* [Problem to solve] Below are records; reproduce exactly the lines from the one that has "v 0 -3.683 17.78" through the one that has "v -6.35 0 20.32", ends included, and nothing more.

* [Stored data]
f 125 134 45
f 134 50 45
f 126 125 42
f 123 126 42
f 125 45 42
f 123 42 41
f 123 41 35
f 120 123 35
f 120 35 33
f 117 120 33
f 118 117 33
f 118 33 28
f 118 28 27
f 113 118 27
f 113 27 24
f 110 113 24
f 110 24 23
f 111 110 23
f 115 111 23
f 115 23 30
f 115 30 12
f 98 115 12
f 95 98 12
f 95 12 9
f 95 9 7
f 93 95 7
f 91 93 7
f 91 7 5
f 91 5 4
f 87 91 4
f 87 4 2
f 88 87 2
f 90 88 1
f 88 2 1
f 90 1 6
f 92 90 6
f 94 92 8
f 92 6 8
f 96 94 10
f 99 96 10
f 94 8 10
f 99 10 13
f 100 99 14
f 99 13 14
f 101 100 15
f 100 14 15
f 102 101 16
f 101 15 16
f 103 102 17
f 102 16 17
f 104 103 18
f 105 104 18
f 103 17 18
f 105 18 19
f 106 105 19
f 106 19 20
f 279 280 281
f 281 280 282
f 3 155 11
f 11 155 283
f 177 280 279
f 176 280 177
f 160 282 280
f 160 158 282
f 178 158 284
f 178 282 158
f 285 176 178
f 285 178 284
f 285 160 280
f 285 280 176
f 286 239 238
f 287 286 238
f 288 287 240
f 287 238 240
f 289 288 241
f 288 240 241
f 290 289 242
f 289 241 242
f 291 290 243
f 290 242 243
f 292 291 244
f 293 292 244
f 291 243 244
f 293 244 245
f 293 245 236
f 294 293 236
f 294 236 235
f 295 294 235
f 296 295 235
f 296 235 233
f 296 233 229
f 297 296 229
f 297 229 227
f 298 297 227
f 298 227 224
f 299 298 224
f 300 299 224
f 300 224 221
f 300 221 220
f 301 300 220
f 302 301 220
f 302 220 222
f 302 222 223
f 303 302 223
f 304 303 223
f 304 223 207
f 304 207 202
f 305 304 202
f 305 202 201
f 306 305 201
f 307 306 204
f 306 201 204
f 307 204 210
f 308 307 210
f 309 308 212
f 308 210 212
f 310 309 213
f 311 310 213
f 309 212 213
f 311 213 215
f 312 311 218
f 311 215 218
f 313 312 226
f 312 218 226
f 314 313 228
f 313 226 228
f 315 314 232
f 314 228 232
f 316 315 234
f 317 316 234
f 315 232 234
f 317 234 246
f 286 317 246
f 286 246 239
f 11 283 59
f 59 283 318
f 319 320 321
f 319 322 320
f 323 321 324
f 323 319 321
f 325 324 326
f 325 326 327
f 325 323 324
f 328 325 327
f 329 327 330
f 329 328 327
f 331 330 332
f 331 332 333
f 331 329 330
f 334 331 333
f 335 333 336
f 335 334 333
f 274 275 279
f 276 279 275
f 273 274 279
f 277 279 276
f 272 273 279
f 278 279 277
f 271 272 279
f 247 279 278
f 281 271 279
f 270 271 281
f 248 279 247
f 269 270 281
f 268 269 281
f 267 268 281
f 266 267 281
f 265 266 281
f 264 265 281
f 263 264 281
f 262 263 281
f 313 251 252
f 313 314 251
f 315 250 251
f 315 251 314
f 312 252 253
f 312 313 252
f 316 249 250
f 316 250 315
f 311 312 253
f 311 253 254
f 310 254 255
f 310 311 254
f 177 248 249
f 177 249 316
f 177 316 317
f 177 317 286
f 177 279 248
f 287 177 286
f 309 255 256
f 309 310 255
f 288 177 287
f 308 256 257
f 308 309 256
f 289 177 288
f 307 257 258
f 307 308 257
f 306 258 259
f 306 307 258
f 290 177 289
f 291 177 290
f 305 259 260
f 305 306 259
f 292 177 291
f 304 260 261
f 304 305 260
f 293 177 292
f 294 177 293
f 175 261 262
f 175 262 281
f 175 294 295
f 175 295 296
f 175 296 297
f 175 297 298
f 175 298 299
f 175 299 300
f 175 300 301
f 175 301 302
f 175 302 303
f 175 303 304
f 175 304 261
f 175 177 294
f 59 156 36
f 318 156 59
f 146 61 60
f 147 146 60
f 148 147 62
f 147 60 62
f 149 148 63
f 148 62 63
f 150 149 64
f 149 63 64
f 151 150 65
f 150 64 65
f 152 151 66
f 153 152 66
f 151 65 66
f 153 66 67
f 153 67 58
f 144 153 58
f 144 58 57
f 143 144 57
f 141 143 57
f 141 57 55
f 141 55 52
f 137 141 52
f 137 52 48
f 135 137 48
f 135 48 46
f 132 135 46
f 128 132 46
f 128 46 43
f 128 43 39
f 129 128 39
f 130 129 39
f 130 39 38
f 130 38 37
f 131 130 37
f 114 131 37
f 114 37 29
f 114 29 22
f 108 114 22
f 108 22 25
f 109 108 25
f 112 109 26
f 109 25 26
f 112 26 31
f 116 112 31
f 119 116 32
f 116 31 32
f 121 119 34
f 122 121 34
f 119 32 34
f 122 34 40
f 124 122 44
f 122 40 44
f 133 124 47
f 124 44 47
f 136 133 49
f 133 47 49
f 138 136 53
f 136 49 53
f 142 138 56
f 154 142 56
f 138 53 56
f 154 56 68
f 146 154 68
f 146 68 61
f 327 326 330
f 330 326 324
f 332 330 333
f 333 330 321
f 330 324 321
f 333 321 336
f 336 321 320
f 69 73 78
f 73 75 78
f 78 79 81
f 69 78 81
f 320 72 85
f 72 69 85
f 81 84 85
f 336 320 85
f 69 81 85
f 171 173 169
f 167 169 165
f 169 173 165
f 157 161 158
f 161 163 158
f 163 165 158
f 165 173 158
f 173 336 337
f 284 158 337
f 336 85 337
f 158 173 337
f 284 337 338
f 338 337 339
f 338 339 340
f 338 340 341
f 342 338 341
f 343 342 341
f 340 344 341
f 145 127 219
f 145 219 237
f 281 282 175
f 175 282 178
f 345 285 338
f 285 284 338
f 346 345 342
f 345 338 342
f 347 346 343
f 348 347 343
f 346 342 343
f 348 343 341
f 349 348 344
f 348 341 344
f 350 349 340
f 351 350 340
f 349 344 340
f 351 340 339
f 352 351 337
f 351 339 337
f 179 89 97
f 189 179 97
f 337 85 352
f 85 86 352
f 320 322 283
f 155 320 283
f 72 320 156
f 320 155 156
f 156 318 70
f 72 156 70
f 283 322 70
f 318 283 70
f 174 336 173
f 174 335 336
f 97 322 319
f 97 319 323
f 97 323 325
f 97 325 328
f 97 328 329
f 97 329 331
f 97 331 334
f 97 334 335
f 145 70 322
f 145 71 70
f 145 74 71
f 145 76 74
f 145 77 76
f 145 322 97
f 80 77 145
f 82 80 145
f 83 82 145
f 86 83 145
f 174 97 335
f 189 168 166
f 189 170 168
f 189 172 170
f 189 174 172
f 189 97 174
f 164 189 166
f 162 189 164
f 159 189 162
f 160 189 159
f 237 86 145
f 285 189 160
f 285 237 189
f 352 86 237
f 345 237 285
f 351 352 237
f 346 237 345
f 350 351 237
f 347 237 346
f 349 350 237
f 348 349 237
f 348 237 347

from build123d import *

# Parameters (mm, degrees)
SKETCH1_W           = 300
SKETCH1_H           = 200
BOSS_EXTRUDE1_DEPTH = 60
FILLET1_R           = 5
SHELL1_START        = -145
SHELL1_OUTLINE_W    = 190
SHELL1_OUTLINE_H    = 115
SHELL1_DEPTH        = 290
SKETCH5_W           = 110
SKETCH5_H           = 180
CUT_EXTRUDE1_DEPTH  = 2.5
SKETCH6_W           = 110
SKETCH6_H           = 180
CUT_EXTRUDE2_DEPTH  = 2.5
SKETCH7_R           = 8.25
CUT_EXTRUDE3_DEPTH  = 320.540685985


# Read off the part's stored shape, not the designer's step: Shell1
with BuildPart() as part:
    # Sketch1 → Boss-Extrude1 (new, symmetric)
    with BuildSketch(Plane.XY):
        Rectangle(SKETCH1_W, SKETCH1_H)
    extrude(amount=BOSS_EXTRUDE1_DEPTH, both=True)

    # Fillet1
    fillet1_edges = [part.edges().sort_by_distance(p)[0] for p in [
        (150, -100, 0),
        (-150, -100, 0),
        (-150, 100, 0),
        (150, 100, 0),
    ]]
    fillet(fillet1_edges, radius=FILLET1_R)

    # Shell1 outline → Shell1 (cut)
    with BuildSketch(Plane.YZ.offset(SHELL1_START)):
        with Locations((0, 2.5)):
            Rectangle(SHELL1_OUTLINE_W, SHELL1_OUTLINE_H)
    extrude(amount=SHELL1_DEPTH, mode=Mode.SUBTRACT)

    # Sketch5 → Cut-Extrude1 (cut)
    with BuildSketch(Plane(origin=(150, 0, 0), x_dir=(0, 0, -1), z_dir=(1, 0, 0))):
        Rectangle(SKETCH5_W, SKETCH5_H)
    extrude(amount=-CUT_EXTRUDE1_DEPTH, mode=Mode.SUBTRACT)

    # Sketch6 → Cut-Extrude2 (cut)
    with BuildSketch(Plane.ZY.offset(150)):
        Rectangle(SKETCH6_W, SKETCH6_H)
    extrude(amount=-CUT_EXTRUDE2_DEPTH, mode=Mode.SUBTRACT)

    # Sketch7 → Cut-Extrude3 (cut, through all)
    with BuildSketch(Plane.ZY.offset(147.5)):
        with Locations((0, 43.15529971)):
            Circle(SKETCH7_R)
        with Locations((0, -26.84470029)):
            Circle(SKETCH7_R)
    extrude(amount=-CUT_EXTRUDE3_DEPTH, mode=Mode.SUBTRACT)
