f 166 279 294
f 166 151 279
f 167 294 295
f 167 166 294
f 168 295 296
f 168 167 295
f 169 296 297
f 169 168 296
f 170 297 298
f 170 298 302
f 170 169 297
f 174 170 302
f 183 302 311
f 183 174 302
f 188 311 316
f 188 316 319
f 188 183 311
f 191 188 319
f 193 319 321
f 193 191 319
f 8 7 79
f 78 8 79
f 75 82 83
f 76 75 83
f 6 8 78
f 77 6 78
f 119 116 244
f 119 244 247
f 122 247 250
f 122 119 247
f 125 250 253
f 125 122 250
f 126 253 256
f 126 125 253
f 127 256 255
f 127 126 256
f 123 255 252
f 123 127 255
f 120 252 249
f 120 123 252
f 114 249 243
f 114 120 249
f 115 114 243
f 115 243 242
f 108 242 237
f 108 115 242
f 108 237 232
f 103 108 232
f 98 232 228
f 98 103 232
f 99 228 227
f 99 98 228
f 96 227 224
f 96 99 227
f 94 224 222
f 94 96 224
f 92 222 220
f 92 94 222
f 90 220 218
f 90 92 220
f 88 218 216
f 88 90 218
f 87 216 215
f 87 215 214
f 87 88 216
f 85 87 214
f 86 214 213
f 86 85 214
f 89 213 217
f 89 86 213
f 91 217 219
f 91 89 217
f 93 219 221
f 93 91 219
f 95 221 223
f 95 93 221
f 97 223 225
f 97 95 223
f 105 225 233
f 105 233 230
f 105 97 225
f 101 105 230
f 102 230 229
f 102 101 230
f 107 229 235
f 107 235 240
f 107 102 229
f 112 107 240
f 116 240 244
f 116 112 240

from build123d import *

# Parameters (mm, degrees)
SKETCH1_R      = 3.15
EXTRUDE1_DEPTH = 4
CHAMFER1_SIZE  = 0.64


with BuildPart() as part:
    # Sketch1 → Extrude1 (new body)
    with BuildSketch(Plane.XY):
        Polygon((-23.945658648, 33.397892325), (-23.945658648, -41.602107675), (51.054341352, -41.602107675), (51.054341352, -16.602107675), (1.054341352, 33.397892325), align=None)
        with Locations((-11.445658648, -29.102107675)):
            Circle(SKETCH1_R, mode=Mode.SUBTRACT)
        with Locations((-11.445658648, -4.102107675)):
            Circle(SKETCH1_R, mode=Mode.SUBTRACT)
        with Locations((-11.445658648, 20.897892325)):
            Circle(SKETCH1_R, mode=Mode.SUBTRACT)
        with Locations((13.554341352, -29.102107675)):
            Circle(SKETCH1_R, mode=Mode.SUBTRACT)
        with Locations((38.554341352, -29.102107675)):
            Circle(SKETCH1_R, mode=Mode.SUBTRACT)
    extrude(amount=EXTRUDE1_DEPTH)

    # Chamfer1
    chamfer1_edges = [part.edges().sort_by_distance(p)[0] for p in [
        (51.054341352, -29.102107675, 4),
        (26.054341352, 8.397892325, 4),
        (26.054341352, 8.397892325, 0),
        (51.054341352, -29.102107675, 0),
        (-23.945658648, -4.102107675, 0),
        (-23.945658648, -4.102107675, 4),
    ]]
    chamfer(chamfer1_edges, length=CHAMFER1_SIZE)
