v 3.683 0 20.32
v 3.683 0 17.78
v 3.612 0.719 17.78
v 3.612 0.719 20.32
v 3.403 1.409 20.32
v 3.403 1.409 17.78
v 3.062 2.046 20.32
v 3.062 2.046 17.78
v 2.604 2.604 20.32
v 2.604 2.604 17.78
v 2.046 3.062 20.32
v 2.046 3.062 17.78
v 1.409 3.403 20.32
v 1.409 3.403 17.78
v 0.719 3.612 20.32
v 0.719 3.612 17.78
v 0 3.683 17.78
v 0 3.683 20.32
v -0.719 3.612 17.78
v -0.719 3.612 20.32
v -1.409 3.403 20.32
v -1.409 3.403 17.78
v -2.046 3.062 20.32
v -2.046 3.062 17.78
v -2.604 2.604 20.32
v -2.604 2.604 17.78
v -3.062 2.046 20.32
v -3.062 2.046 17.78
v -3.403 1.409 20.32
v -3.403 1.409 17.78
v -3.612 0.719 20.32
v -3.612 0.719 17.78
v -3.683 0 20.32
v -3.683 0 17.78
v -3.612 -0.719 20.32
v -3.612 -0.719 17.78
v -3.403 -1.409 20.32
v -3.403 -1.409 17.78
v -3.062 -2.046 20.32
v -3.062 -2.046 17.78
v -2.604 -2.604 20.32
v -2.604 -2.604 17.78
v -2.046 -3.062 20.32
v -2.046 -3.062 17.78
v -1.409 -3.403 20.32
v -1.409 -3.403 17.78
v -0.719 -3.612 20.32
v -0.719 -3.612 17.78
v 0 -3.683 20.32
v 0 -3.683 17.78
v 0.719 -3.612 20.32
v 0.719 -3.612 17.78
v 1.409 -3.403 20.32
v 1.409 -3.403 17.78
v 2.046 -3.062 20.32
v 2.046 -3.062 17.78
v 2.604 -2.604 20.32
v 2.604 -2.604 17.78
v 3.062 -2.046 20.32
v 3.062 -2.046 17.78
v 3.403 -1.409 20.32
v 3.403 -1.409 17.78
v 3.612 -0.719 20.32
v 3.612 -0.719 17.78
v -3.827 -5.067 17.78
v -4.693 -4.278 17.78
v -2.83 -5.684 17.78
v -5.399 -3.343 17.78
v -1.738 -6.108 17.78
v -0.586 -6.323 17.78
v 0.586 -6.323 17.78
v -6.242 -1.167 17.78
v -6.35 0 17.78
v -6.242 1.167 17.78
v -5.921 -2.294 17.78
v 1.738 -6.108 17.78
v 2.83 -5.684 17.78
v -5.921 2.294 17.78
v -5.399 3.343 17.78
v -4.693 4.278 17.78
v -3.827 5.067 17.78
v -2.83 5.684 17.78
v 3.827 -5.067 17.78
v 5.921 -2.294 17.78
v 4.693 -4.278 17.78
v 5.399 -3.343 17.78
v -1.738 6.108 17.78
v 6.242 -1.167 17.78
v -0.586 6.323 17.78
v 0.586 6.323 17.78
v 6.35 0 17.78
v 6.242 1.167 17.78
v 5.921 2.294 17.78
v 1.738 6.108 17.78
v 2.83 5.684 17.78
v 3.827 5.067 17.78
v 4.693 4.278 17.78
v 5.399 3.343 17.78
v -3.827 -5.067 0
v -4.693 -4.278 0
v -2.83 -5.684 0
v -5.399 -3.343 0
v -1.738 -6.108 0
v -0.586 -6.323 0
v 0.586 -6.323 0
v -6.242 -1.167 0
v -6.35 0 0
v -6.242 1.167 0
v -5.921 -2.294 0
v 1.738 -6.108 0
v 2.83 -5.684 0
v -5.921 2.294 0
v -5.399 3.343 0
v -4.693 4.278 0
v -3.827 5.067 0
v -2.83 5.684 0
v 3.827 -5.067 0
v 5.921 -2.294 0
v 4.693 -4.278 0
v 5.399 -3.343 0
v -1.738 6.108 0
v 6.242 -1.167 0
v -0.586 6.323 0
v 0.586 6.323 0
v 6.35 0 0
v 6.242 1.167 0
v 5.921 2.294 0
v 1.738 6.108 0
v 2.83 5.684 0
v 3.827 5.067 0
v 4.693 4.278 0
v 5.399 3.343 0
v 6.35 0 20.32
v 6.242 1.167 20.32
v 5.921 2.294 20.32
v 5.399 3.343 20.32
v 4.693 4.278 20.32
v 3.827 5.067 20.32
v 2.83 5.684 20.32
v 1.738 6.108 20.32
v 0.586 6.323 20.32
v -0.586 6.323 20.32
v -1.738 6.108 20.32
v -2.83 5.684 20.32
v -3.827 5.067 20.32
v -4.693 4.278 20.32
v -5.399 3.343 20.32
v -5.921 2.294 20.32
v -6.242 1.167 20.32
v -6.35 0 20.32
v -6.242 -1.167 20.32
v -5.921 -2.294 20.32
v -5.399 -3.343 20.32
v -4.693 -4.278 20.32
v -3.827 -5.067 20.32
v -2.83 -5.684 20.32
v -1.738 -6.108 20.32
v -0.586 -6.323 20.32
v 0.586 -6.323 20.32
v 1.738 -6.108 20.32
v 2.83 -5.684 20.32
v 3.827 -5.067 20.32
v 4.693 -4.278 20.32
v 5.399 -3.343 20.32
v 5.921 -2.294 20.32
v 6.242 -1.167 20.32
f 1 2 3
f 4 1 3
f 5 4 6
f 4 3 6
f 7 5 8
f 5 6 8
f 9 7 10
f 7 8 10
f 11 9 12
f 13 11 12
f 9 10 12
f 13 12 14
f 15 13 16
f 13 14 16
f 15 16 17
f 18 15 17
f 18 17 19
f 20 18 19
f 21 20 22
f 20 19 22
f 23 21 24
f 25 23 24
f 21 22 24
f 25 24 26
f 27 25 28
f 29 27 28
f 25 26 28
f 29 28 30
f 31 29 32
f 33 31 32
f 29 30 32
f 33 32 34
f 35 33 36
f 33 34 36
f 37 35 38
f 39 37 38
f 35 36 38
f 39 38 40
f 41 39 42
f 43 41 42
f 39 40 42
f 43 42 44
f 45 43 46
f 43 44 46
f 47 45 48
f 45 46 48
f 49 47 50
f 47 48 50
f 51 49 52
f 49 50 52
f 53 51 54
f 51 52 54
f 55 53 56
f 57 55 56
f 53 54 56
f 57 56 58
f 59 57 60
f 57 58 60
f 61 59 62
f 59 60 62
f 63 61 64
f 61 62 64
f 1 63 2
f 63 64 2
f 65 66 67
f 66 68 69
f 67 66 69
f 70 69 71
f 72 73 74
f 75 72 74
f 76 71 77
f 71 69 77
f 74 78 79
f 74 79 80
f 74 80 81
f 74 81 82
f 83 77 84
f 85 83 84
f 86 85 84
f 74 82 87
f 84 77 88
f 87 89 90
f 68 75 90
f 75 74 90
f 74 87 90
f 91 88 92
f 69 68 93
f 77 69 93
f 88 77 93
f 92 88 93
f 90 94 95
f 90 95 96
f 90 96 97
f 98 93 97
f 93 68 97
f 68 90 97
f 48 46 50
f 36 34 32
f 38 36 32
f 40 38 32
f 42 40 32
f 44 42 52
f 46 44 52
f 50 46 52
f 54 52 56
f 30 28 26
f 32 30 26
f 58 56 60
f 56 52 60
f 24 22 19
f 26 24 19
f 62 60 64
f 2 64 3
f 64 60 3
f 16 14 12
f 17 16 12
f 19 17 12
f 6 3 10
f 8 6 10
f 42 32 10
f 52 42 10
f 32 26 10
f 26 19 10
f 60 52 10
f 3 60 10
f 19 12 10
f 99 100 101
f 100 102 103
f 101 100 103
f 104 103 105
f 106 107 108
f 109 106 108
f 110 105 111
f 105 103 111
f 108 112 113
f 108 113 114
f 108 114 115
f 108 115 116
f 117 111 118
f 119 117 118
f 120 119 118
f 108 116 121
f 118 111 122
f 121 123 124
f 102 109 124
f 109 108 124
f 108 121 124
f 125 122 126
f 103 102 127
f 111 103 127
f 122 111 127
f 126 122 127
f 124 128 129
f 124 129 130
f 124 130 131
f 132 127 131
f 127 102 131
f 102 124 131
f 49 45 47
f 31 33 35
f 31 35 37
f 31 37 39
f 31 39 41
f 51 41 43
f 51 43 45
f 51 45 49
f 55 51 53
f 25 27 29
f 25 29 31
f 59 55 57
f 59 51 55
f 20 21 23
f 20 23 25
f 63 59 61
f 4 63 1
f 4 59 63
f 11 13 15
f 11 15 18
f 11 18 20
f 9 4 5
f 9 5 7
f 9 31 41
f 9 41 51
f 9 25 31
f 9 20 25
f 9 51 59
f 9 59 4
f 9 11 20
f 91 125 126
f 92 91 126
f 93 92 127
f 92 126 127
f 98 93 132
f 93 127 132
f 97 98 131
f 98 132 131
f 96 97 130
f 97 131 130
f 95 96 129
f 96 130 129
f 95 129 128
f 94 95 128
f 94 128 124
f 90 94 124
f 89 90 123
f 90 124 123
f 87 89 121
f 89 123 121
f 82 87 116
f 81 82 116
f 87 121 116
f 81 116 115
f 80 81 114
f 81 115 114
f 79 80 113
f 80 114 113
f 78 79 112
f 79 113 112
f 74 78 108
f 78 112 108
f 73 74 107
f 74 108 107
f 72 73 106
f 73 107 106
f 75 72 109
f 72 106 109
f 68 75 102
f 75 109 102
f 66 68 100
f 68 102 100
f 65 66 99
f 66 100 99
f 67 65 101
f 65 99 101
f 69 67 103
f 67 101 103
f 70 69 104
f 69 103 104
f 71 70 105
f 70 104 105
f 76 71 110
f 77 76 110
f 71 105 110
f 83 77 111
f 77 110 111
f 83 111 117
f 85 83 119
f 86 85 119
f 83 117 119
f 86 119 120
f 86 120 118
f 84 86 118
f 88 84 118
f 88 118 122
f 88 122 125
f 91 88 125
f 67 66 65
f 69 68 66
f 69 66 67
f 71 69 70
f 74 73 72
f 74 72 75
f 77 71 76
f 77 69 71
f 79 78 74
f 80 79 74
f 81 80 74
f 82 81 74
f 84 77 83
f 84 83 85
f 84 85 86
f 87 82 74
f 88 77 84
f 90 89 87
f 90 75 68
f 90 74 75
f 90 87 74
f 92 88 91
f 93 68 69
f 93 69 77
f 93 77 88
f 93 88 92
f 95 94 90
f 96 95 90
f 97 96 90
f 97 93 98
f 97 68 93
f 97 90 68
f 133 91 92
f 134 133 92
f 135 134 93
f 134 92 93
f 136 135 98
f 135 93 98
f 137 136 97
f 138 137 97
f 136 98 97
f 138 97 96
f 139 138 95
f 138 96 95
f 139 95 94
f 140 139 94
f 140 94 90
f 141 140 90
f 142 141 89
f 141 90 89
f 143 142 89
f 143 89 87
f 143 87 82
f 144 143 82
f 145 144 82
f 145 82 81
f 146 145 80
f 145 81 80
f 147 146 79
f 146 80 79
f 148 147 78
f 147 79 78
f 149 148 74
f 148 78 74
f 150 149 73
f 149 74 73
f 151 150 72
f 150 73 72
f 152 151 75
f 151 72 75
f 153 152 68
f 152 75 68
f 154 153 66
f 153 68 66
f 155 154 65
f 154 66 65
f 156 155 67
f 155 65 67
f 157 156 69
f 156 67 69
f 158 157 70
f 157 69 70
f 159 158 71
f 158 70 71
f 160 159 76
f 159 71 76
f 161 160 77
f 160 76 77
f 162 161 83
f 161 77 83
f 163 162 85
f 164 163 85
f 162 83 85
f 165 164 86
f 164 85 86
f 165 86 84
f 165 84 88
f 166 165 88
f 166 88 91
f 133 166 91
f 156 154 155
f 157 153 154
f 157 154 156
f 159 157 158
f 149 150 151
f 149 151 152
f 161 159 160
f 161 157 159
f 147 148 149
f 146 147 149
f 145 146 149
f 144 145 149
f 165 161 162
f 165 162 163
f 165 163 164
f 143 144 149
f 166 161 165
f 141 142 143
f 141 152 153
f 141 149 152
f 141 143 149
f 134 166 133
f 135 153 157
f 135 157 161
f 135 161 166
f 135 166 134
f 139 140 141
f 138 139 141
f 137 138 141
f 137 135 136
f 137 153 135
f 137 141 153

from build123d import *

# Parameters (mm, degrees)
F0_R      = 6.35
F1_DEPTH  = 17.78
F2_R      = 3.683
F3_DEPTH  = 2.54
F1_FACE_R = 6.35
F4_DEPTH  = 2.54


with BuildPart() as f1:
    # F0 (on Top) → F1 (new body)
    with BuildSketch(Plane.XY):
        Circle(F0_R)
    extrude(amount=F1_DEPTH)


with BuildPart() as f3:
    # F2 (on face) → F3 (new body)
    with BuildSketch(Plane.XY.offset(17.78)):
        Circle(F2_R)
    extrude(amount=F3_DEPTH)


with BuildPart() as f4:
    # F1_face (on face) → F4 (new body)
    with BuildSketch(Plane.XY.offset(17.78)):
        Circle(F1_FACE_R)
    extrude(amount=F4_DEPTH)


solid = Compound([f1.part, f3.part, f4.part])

* [Exercise answer]
v 0 -3.683 17.78
v 0.719 -3.612 20.32
v 0.719 -3.612 17.78
v 1.409 -3.403 20.32
v 1.409 -3.403 17.78
v 2.046 -3.062 20.32
v 2.046 -3.062 17.78
v 2.604 -2.604 20.32
v 2.604 -2.604 17.78
v 3.062 -2.046 20.32
v 3.062 -2.046 17.78
v 3.403 -1.409 20.32
v 3.403 -1.409 17.78
v 3.612 -0.719 20.32
v 3.612 -0.719 17.78
v -3.827 -5.067 17.78
v -4.693 -4.278 17.78
v -2.83 -5.684 17.78
v -5.399 -3.343 17.78
v -1.738 -6.108 17.78
v -0.586 -6.323 17.78
v 0.586 -6.323 17.78
v -6.242 -1.167 17.78
v -6.35 0 17.78
v -6.242 1.167 17.78
v -5.921 -2.294 17.78
v 1.738 -6.108 17.78
v 2.83 -5.684 17.78
v -5.921 2.294 17.78
v -5.399 3.343 17.78
v -4.693 4.278 17.78
v -3.827 5.067 17.78
v -2.83 5.684 17.78
v 3.827 -5.067 17.78
v 5.921 -2.294 17.78
v 4.693 -4.278 17.78
v 5.399 -3.343 17.78
v -1.738 6.108 17.78
v 6.242 -1.167 17.78
v -0.586 6.323 17.78
v 0.586 6.323 17.78
v 6.35 0 17.78
v 6.242 1.167 17.78
v 5.921 2.294 17.78
v 1.738 6.108 17.78
v 2.83 5.684 17.78
v 3.827 5.067 17.78
v 4.693 4.278 17.78
v 5.399 3.343 17.78
v -3.827 -5.067 0
v -4.693 -4.278 0
v -2.83 -5.684 0
v -5.399 -3.343 0
v -1.738 -6.108 0
v -0.586 -6.323 0
v 0.586 -6.323 0
v -6.242 -1.167 0
v -6.35 0 0
v -6.242 1.167 0
v -5.921 -2.294 0
v 1.738 -6.108 0
v 2.83 -5.684 0
v -5.921 2.294 0
v -5.399 3.343 0
v -4.693 4.278 0
v -3.827 5.067 0
v -2.83 5.684 0
v 3.827 -5.067 0
v 5.921 -2.294 0
v 4.693 -4.278 0
v 5.399 -3.343 0
v -1.738 6.108 0
v 6.242 -1.167 0
v -0.586 6.323 0
v 0.586 6.323 0
v 6.35 0 0
v 6.242 1.167 0
v 5.921 2.294 0
v 1.738 6.108 0
v 2.83 5.684 0
v 3.827 5.067 0
v 4.693 4.278 0
v 5.399 3.343 0
v 6.35 0 20.32
v 6.242 1.167 20.32
v 5.921 2.294 20.32
v 5.399 3.343 20.32
v 4.693 4.278 20.32
v 3.827 5.067 20.32
v 2.83 5.684 20.32
v 1.738 6.108 20.32
v 0.586 6.323 20.32
v -0.586 6.323 20.32
v -1.738 6.108 20.32
v -2.83 5.684 20.32
v -3.827 5.067 20.32
v -4.693 4.278 20.32
v -5.399 3.343 20.32
v -5.921 2.294 20.32
v -6.242 1.167 20.32
v -6.35 0 20.32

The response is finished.